Left atrial dimension was increased (>15 mm) in 22.1% of cats in the present study. It is difficult to compare these findings to prior studies, because Snyder et al. used more stringent criteria for LA enlargement (≥18 mm). In Snyder et al., however, the hypertensive cats did have a statistically larger LA than the normal cats.⁶ Left atrial size was not reported in the study by Nelson et al.⁵ Left atrial dilatation in cats in the present study may be a result of ventricular remodeling with subsequent mitral valve regurgitation or a result of concomitant mitral valve degenerative changes.²⁴

Widening of the ascending aorta has been documented in hypertensive cats, but standard M-mode measurements, which are at the level of the aortic valve leaflets, usually are normal.⁵ In the cats of this study, four (6.0%) of 67 cats with Ao measurements had an increased aortic diameter. In five cats, aortic diameter was decreased, which may have reflected dehydration or another cause of decreased cardiac output (e.g., myocardial failure).

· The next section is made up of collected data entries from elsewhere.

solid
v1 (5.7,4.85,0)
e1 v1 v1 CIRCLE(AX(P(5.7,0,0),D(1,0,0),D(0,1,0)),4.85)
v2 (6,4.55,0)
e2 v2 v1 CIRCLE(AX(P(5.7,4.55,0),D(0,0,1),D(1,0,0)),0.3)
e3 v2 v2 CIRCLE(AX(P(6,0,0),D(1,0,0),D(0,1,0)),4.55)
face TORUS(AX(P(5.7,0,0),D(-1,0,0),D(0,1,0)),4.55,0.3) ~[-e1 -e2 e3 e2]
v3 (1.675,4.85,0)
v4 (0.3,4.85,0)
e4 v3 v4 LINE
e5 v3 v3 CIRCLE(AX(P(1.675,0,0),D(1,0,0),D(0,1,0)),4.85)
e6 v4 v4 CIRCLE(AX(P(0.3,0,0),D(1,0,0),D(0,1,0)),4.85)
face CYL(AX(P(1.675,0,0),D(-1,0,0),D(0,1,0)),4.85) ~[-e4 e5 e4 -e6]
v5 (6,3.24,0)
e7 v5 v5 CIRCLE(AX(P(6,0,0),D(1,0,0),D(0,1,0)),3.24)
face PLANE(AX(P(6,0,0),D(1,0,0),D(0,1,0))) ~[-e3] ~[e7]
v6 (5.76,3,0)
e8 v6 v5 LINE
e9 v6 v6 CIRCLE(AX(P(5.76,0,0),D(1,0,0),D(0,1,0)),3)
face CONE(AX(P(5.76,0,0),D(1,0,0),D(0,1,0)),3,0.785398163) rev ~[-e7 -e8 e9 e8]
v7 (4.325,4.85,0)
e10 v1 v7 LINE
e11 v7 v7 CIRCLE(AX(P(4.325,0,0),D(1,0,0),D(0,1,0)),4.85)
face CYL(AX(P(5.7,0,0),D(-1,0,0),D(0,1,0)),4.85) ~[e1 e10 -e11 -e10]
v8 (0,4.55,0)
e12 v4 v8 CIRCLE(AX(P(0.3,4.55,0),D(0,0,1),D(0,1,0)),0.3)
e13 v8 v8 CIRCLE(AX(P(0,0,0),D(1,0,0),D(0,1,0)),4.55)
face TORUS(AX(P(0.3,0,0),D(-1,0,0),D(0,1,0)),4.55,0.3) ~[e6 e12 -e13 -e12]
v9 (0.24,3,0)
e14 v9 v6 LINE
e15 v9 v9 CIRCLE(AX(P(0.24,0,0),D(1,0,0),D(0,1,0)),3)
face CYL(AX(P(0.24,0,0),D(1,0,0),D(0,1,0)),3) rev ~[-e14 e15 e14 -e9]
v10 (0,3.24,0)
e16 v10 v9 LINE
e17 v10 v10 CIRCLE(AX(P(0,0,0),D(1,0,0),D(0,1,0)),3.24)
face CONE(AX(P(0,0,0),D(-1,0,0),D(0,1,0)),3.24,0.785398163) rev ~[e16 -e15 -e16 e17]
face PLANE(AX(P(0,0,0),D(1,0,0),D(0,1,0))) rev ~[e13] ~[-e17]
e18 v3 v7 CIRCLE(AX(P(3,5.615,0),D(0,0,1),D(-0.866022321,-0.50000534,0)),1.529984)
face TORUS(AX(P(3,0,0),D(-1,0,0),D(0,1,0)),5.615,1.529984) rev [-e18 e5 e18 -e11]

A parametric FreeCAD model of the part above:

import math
import FreeCAD as App
import Part
import Sketcher
from FreeCAD import Vector

doc = App.newDocument("Part")
body = doc.addObject("PartDesign::Body", "Body")

# Sketch on XY plane
sketch1 = body.newObject("Sketcher::SketchObject", "Sketch")
sketch1.AttachmentSupport = (doc.getObject("XY_Plane"), [""])
sketch1.MapMode = "FlatFace"
sketch1.addGeometry([
    Part.LineSegment(Vector(0, 4.55, 0), Vector(0, 3.24, 0)),  # 0
    Part.LineSegment(Vector(0, 3.24, 0), Vector(0.24, 3, 0)),  # 1
    Part.LineSegment(Vector(0.24, 3, 0), Vector(5.76, 3, 0)),  # 2
    Part.LineSegment(Vector(5.76, 3, 0), Vector(6, 3.24, 0)),  # 3
    Part.LineSegment(Vector(6, 3.24, 0), Vector(6, 4.55, 0)),  # 4
    Part.ArcOfCircle(Part.Circle(Vector(5.7, 4.55, 0), Vector(0, 0, 1), 0.3), math.radians(0), math.radians(90)),  # 5
    Part.LineSegment(Vector(5.7, 4.85, 0), Vector(4.33, 4.85, 0)),  # 6
    Part.ArcOfCircle(Part.Circle(Vector(3, 5.62, 0), Vector(0, 0, 1), 1.53), math.radians(-150), math.radians(-30)),  # 7
    Part.LineSegment(Vector(1.68, 4.85, 0), Vector(0.3, 4.85, 0)),  # 8
    Part.ArcOfCircle(Part.Circle(Vector(0.3, 4.55, 0), Vector(0, 0, 1), 0.3), math.radians(90), math.radians(180)),  # 9
], False)
sketch1.addConstraint([
    Sketcher.Constraint("Coincident", 0, 2, 1, 1),
    Sketcher.Constraint("Coincident", 1, 2, 2, 1),
    Sketcher.Constraint("Coincident", 2, 2, 3, 1),
    Sketcher.Constraint("Coincident", 3, 2, 4, 1),
    Sketcher.Constraint("Tangent", 4, 2, 5, 1),
    Sketcher.Constraint("Tangent", 5, 2, 6, 1),
    Sketcher.Constraint("Coincident", 6, 2, 7, 2),
    Sketcher.Constraint("Coincident", 7, 1, 8, 1),
    Sketcher.Constraint("Tangent", 8, 2, 9, 1),
    Sketcher.Constraint("Tangent", 9, 2, 0, 1),
    Sketcher.Constraint("Vertical", 0),
    Sketcher.Constraint("Horizontal", 2),
    Sketcher.Constraint("Vertical", 4),
    Sketcher.Constraint("Horizontal", 6),
    Sketcher.Constraint("Horizontal", 8),
    Sketcher.Constraint("Equal", 5, 9),
    Sketcher.Constraint("PointOnObject", 0, 2, -2),
    Sketcher.Constraint("Perpendicular", 1, 3),
    Sketcher.Constraint("Horizontal", 5, 3, 9, 3),
    Sketcher.Constraint("Horizontal", 0, 2, 3, 2),
    Sketcher.Constraint("Equal", 6, 8),
    Sketcher.Constraint("Equal", 1, 3),
    Sketcher.Constraint("Radius", 5, 0.3),
    Sketcher.Constraint("Radius", 7, 1.53),
    Sketcher.Constraint("DistanceX", -1, 1, 7, 3, 3.0),
    Sketcher.Constraint("DistanceY", -1, 1, 1, 2, 3.0),
    Sketcher.Constraint("DistanceX", 2, 1, 2, 2, 5.52),
    Sketcher.Constraint("DistanceY", 0, 2, 0, 1, 1.31),
    Sketcher.Constraint("DistanceX", 6, 2, 6, 1, 1.375),
])
revolution = body.newObject("PartDesign::Revolution", "Revolution")
revolution.Profile = sketch1
revolution.ReferenceAxis = (sketch1, ["H_Axis"])
revolution.Angle = 360

doc.recompute()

Right ventricular internal dimension is measured in diastole, and dilatation may reflect primary or secondary disease of the right side of the heart, or it may suggest fluid overload.²⁵ Increased EPSS may indicate volume overload of the LV and decreased transvalvular flow of the mitral valve.²⁵ Conclusions regarding these parameters in hypertension could not be made, because abnormalities of each occurred in only one cat.

Conclusion

Variable changes in the structure of the heart were seen in cats with systemic hypertension as measured by M-mode echocardiography. One in five hypertensive cats had a normal echocardiogram based on M-mode measurements, and in the cats with echocardiographic abnormalities, changes were inconsistent. The marked variability of echocardiographic findings in hypertensive cats made echocardiography an unreliable indicator of the need for BP assessment and an unreliable screening test for hypertension in cats. Based on these findings, the absence of echocardiographic abnormalities does not rule out systemic hypertension as a cause of cardiovascular disease in cats.